Лия дала волю слезам.
Когда хозяин ’Нтони с внуками возвращался домой и увидел прикрытую дверь и свет через ставни, он Схватился за волосы. Маруцца уже лежала в кровати, и в этот час и в темноте глаза ее казались пустыми, точно их высосала смерть, а губы были черные, как уголь.
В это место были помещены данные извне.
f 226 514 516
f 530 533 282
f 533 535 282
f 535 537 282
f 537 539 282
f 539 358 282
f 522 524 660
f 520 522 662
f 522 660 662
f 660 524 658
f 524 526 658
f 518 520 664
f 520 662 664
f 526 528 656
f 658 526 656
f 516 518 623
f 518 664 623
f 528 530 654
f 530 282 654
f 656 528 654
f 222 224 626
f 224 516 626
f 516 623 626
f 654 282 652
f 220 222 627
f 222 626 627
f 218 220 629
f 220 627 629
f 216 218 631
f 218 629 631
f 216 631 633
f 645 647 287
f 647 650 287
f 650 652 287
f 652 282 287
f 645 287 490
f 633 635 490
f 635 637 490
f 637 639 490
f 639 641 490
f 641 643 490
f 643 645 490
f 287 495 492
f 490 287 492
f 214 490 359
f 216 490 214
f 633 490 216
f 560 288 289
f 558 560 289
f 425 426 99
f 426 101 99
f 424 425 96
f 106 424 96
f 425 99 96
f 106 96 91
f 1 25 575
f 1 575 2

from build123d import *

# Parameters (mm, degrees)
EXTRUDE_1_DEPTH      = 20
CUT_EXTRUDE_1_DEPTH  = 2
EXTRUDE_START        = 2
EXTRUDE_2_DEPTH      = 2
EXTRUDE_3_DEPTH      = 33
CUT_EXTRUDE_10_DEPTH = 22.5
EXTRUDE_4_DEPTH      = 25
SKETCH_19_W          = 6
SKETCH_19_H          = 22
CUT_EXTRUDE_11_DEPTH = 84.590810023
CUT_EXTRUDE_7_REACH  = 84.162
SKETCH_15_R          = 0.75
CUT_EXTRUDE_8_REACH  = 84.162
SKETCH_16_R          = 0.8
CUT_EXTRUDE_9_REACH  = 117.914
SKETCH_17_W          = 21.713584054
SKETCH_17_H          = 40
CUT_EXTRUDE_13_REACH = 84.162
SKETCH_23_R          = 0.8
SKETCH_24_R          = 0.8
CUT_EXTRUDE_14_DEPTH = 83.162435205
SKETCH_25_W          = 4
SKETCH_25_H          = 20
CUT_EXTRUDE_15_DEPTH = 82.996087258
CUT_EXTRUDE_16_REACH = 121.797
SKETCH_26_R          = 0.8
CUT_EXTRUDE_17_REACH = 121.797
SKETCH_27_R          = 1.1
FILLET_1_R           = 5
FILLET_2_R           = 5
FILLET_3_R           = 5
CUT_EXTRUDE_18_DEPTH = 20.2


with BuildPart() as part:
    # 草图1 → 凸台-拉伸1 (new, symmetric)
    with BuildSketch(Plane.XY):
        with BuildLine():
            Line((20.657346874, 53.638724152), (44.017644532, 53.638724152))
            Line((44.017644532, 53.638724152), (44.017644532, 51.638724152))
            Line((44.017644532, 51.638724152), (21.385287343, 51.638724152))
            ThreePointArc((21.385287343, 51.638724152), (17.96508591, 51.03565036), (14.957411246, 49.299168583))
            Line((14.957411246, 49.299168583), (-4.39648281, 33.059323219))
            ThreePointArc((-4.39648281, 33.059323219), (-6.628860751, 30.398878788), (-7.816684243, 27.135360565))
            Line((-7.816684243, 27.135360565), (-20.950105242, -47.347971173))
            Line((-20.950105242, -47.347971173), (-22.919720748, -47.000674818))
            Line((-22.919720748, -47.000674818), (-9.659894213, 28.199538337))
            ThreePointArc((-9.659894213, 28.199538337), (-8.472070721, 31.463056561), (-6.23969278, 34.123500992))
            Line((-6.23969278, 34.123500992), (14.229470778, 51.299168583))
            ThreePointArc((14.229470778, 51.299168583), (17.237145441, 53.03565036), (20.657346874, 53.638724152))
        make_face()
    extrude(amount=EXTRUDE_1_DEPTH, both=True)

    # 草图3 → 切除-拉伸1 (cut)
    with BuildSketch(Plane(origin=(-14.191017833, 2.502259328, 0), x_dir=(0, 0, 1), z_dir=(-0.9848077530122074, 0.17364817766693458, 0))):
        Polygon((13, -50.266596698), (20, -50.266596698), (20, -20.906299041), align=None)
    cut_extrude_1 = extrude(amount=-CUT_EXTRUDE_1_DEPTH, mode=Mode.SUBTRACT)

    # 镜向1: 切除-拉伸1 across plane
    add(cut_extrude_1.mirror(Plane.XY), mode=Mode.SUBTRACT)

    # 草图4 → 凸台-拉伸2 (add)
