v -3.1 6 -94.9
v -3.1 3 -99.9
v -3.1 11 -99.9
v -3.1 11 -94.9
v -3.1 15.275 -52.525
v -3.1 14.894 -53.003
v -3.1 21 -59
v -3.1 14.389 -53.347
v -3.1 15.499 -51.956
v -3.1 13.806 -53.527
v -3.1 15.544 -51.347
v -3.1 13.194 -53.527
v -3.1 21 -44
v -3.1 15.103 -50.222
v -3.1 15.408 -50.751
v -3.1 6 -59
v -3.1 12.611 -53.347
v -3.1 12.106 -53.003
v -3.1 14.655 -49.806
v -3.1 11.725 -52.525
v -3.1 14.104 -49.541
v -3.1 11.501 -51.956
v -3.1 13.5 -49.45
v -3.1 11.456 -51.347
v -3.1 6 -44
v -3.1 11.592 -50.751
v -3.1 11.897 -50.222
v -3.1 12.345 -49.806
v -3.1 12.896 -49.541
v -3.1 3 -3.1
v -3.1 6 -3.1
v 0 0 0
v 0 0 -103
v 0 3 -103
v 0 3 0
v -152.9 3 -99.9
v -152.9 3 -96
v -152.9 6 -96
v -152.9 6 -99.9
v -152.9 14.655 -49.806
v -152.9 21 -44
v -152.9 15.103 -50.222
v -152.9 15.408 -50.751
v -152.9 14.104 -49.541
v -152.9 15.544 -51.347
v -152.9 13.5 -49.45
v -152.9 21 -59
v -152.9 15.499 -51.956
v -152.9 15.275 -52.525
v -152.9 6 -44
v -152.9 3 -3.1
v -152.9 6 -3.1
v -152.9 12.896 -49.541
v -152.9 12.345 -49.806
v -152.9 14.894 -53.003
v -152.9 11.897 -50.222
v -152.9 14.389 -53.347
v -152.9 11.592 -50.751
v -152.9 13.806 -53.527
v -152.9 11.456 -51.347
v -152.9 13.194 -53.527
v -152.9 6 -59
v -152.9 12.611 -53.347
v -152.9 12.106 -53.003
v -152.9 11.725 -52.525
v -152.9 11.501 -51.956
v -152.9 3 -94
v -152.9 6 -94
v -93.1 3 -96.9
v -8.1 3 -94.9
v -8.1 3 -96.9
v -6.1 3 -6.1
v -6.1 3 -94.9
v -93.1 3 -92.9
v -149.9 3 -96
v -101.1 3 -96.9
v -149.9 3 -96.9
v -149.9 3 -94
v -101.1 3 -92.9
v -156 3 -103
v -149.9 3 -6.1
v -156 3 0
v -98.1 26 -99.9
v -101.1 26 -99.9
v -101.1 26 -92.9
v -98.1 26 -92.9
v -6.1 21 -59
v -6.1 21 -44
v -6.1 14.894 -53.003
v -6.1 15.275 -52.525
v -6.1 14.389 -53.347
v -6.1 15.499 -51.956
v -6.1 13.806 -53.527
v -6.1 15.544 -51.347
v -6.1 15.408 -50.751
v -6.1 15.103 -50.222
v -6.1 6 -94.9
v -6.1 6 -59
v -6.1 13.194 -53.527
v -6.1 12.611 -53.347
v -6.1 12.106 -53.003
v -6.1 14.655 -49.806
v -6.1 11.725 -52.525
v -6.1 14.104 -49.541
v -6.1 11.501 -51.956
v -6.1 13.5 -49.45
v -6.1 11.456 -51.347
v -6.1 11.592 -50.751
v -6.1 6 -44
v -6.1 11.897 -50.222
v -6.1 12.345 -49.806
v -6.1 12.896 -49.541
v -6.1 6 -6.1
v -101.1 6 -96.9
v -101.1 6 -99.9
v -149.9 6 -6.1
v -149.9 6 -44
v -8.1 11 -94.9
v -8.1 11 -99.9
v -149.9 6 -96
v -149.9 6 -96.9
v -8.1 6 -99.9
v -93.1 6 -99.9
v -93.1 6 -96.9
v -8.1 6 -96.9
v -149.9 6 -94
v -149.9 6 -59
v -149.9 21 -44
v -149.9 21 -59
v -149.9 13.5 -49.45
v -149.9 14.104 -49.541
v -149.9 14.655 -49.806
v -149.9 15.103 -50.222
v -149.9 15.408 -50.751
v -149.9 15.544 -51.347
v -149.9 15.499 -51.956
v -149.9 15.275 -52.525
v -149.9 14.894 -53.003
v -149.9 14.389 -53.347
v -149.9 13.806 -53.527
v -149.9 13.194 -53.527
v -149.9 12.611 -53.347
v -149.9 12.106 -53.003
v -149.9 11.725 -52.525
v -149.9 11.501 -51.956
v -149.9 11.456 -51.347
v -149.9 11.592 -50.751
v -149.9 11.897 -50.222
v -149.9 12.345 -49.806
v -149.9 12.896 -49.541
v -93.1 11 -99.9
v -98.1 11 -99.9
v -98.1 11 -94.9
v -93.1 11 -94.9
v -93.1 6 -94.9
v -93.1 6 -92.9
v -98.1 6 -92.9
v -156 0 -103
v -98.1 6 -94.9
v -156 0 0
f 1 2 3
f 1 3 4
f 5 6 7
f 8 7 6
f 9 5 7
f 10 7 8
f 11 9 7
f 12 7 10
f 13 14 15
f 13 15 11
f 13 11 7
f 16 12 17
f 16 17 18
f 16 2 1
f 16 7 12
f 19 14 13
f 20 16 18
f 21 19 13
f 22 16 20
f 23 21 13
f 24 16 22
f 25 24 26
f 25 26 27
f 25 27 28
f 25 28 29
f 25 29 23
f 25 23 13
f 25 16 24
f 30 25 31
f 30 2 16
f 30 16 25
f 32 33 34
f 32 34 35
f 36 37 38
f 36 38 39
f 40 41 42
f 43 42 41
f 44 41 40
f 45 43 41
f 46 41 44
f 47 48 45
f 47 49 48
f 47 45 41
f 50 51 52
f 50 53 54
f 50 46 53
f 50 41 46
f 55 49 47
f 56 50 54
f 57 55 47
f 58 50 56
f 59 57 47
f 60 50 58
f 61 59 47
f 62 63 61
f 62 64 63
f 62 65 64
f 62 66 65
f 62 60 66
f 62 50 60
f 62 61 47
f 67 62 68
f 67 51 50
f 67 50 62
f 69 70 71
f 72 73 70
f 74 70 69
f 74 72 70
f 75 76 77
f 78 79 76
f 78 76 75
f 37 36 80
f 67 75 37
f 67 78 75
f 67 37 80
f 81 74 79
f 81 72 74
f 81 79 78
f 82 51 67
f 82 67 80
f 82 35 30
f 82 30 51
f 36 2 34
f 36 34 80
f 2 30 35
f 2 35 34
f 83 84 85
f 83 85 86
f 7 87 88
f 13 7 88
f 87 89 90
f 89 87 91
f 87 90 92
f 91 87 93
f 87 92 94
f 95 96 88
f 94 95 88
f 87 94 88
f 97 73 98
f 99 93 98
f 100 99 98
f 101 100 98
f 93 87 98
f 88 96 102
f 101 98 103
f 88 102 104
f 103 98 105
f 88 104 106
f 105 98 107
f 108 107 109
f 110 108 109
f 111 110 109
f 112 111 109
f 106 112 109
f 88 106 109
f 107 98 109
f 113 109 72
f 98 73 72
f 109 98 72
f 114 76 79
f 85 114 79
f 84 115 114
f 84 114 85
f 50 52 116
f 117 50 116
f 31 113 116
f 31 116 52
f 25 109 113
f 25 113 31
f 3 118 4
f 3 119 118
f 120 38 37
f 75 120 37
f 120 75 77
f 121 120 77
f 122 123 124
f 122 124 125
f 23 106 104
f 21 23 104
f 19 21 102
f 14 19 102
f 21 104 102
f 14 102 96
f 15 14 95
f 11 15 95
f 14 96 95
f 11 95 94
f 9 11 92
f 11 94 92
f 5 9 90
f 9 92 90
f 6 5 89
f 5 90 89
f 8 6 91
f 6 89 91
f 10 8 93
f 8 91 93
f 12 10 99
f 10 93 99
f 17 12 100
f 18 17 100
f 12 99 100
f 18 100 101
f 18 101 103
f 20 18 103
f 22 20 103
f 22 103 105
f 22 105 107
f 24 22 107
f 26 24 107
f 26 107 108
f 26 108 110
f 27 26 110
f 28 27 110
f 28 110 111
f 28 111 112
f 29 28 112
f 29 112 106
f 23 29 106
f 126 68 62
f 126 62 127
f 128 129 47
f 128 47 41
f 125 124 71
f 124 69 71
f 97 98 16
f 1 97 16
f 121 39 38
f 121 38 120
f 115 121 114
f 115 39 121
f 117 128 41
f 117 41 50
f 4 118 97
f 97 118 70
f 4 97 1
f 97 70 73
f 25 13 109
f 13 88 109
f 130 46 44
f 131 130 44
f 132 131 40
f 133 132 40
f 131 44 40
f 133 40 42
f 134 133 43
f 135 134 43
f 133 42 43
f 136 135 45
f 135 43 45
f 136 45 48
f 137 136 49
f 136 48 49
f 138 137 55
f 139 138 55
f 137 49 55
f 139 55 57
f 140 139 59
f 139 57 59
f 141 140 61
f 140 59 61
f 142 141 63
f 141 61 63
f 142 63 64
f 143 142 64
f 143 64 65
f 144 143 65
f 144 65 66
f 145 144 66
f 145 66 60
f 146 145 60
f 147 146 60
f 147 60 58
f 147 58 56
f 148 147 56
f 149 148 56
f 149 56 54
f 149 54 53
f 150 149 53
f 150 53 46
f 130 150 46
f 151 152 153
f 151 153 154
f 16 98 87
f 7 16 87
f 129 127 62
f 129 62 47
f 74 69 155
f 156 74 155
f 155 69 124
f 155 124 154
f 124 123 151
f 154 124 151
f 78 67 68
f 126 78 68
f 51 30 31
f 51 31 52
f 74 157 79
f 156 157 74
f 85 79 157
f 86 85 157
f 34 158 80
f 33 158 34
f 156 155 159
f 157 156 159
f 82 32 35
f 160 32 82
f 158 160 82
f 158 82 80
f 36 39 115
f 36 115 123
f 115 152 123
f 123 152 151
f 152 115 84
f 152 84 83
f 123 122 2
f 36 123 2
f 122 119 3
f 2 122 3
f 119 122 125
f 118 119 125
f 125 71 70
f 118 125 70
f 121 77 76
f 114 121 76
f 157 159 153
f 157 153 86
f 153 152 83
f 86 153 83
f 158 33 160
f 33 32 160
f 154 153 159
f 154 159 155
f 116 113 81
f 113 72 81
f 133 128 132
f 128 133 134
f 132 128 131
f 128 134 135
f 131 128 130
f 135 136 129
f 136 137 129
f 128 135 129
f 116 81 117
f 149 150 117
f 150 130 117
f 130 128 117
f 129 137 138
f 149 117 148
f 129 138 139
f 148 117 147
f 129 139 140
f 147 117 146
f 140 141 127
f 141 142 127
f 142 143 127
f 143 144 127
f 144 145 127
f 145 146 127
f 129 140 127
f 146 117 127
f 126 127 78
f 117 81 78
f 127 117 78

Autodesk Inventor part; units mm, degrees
ref_plane "YZ Plane" through (0, 0, 0) normal (1, 0, 0) x (0, 1, 0)
sketch "Esboço6" plane through (0, 0, 0) normal (0, 1, 0) x (-1, 0, 0)
  line L0 (0, 0) -> (156, 0)
  line L1 (156, 0) -> (156, -103)
  line L2 (156, -103) -> (0, -103)
  line L3 (0, -103) -> (0, 0)
  dimension "d22" = 156
  dimension "d23" = 103
extrude "Extrusão4" add sketch "Esboço6" along normal blind 3
sketch "Esboço7" plane through (0, 3, 0) normal (0, 1, 0) x (1, 0, 0)
  line L0 (-152.9, 99.9) -> (-3.1, 99.9)
  line L1 (-3.1, 99.9) -> (-3.1, 3.1)
  line L2 (-3.1, 3.1) -> (-152.9, 3.1)
  line L3 (-152.9, 3.1) -> (-152.9, 99.9)
  line L4 (0, 0) -> (0, 103) projected
  line L5 (0, 103) -> (-156, 103) projected
  line L6 (-156, 103) -> (-156, 0) projected
  line L7 (-156, 0) -> (0, 0) projected
  line L8 (-149.9, 96.9) -> (-6.1, 96.9)
  line L9 (-6.1, 96.9) -> (-6.1, 6.1)
  line L10 (-6.1, 6.1) -> (-149.9, 6.1)
  line L11 (-149.9, 6.1) -> (-149.9, 96.9)
  dimension "d26" = 3.1
  dimension "d27" = 3.1
  dimension "d28" = 3.1
  dimension "d29" = 3.1
  dimension "d30" = 3
  dimension "d31" = 3
  dimension "d32" = 3
  dimension "d33" = 3
extrude "Extrusão5" add sketch "Esboço7" along normal blind 3 contours L0 L1 L2 L3
sketch "Esboço10" plane through (0, 6, 0) normal (0, 1, 0) x (1, 0, 0)
  line L0 (-3.1, 99.9) -> (-3.1, 3.1) projected
  line L1 (-3.1, 99.9) -> (-8.1, 99.9)
  line L2 (-8.1, 99.9) -> (-8.1, 94.9)
  line L3 (-8.1, 94.9) -> (-3.1, 94.9)
  line L4 (-3.1, 94.9) -> (-3.1, 99.9)
  line L5 (-152.9, 99.9) -> (-3.1, 99.9) projected
  line L6 (-93.1, 99.9) -> (-101.1, 99.9)
  line L7 (-101.1, 99.9) -> (-101.1, 94.9)
  line L8 (-101.1, 94.9) -> (-93.1, 94.9)
  line L9 (-93.1, 94.9) -> (-93.1, 99.9)
  point P0 (0, 0)
  dimension "d36" = 5
  dimension "d37" = 5
  dimension "d38" = 85
  dimension "d39" = 8
  dimension "d40" = 5
extrude "Extrusão6" add sketch "Esboço10" along normal blind 5 and the other way blind 6
sketch "Esboço13" plane through (-101.1, 3, -94.9) normal (0, 0, 1) x (1, 0, 0)
  line L0 (93, 3) -> (8, 3) projected
  line L1 (8, 3) -> (0, 3)
  line L2 (0, 3) -> (0, 23)
  line L3 (0, 23) -> (3, 23)
  line L4 (3, 23) -> (3, 8)
  line L5 (8, 8) -> (0, 8) projected
  line L6 (3, 8) -> (8, 8)
  line L7 (8, 8) -> (8, 3)
  point P0 (101.1, -3)
  dimension "d45" = 8
  dimension "d46" = 20
  dimension "d47" = 3
extrude "Extrusão7" add sketch "Esboço13" against normal blind 5 contours L2 L3 L4 L5
sketch "Esboço14" plane through (-101.1, 3, -94.9) normal (0, 0, 1) x (1, 0, 0)
  line L0 (0, 3) -> (0, 23) projected
  line L1 (0, 23) -> (3, 23) projected
  line L2 (0, 23) -> (3, 23)
  line L3 (-54.9, -3) -> (101.1, -3) projected
  line L4 (0, 0) -> (0, 23)
  line L5 (0, 0) -> (8, 0)
  line L6 (-51.8, 0) -> (98, 0) projected
  line L7 (8, 0) -> (8, 3)
  line L8 (93, 3) -> (8, 3) projected
  line L9 (8, 3) -> (3, 3)
  line L10 (3, 3) -> (3, 23)
  line L11 (3, 23) -> (3, 8) projected
  line L12 (8, 8) -> (3, 8) projected
  dimension "d53" = 8
  dimension "d54" = 5
  dimension "d55" = 5
extrude "Extrusão8" add sketch "Esboço14" along normal blind 2
ref_plane "Plano de trabalho1" through (-6.1, 6, -50.5) normal (-1, 0, 0) x (0, 0, 1)
ref_plane "Plano de trabalho2" through (-149.9, 6, -51.5) normal (1, 0, 0) x (0, 0, -1)
sketch "Esboço18" plane through (-6.1, 6, -50.5) normal (-1, 0, 0) x (0, 0, 1)
  line L0 (6.5, 0) -> (-8.5, 0)
  line L1 (-8.5, 0) -> (-8.5, 15)
  line L2 (-8.5, 15) -> (6.5, 15)
  line L3 (6.5, 15) -> (6.5, 0)
  line L4 (-49.4, 0) -> (47.4, 0) projected
  line L5 (47.4, -3) -> (47.4, 0) projected
  dimension "d67" = 15
  dimension "d68" = 15
  dimension "d71" = 40.9
extrude "Extrusão9" add sketch "Esboço18" against normal blind 3
sketch "Esboço19" plane through (-149.9, 6, -51.5) normal (1, 0, 0) x (0, 0, -1)
  line L0 (-7.5, 0) -> (7.5, 0)
  line L1 (7.5, 0) -> (7.5, 15)
  line L2 (7.5, 15) -> (-7.5, 15)
  line L3 (-7.5, 15) -> (-7.5, 0)
  line L4 (48.4, -3) -> (48.4, 0) projected
  line L5 (48.4, 0) -> (-48.4, 0) projected
  point P0 (-51.5, -6)
  dimension "d72" = 15
  dimension "d73" = 15
  dimension "d74" = 40.9
extrude "Extrusão10" add sketch "Esboço19" against normal blind 3
sketch "Esboço21" plane through (-152.9, 3, -99.9) normal (-1, 0, 0) x (0, 0, 1)
  circle A0 centre (48.4, 10.5) radius 2.05
  line L0 (55.9, 3) -> (55.9, 18) projected
  line L1 (55.9, 18) -> (40.9, 18) projected
  dimension "d87" = 7.5
  dimension "d88" = 7.5
  dimension "d89" = 4.1
extrude "Extrusão13" cut sketch "Esboço21" against normal through all
sketch "Esboço22" plane through (-152.9, 3, -99.9) normal (-1, 0, 0) x (0, 0, 1)
  line L0 (5, 3) -> (40.9, 3) projected
  line L1 (99.9, 0) -> (-3.1, 0) projected
  line L2 (5.9, 3) -> (3.9, 3)
  line L3 (3.9, 3) -> (3.9, 0)
  line L4 (3.9, 0) -> (5.9, 0)
  line L5 (5.9, 0) -> (5.9, 3)
  line L6 (-3.1, -3) -> (-3.1, 0) projected
  dimension "d92" = 2
  dimension "d93" = 7
extrude "Extrusão14" cut sketch "Esboço22" against normal blind 10
properties part number "Encaixe"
В то время после заката солнца по селу не ходили ни врач ни аптекарь, и даже соседки из страха перед холерой запирали двери и все щели заклеивали изображениями святых. Поэтому никто, кроме своих, куме Маруцце помочь не мог, и бедняжки метались по дому, как безумные, видели, как она умирает на этой жалкой кровати, не знали, что делать, и бились головой о стену. Тогда Длинная, понимая, что надежды больше нет, пожелала, чтобы ей положили на грудь маленький кусочек ваты со святым елеем, купленным ею на пасху, и попросила, чтобы свечу оставили гореть, как было, когда умирал хозяин ’Нтони, потому что она хотела всех видеть у своей постели и наглядеться на каждого по очереди своими широко раскрытыми, уже не видевшими глазами. Лия плакала так, что, глядя на нее, разрывалось сердце; и все остальные, бледные, как полотно, смотрели друг на друга, точно ища помощи, и делали страшные усилия, чтобы не разрыдаться у постели умирающей, которая все же отлично замечала это, хотя уже и не видела больше и, умирая, жалела бедняжек, которые остаются такими безутешными. Хриплым голосом она называла по имени каждого, одного за другим, и, точно собираясь передать им сокровище, хотела поднять руку, которой уже не могла больше шевельнуть, чтобы благословить их.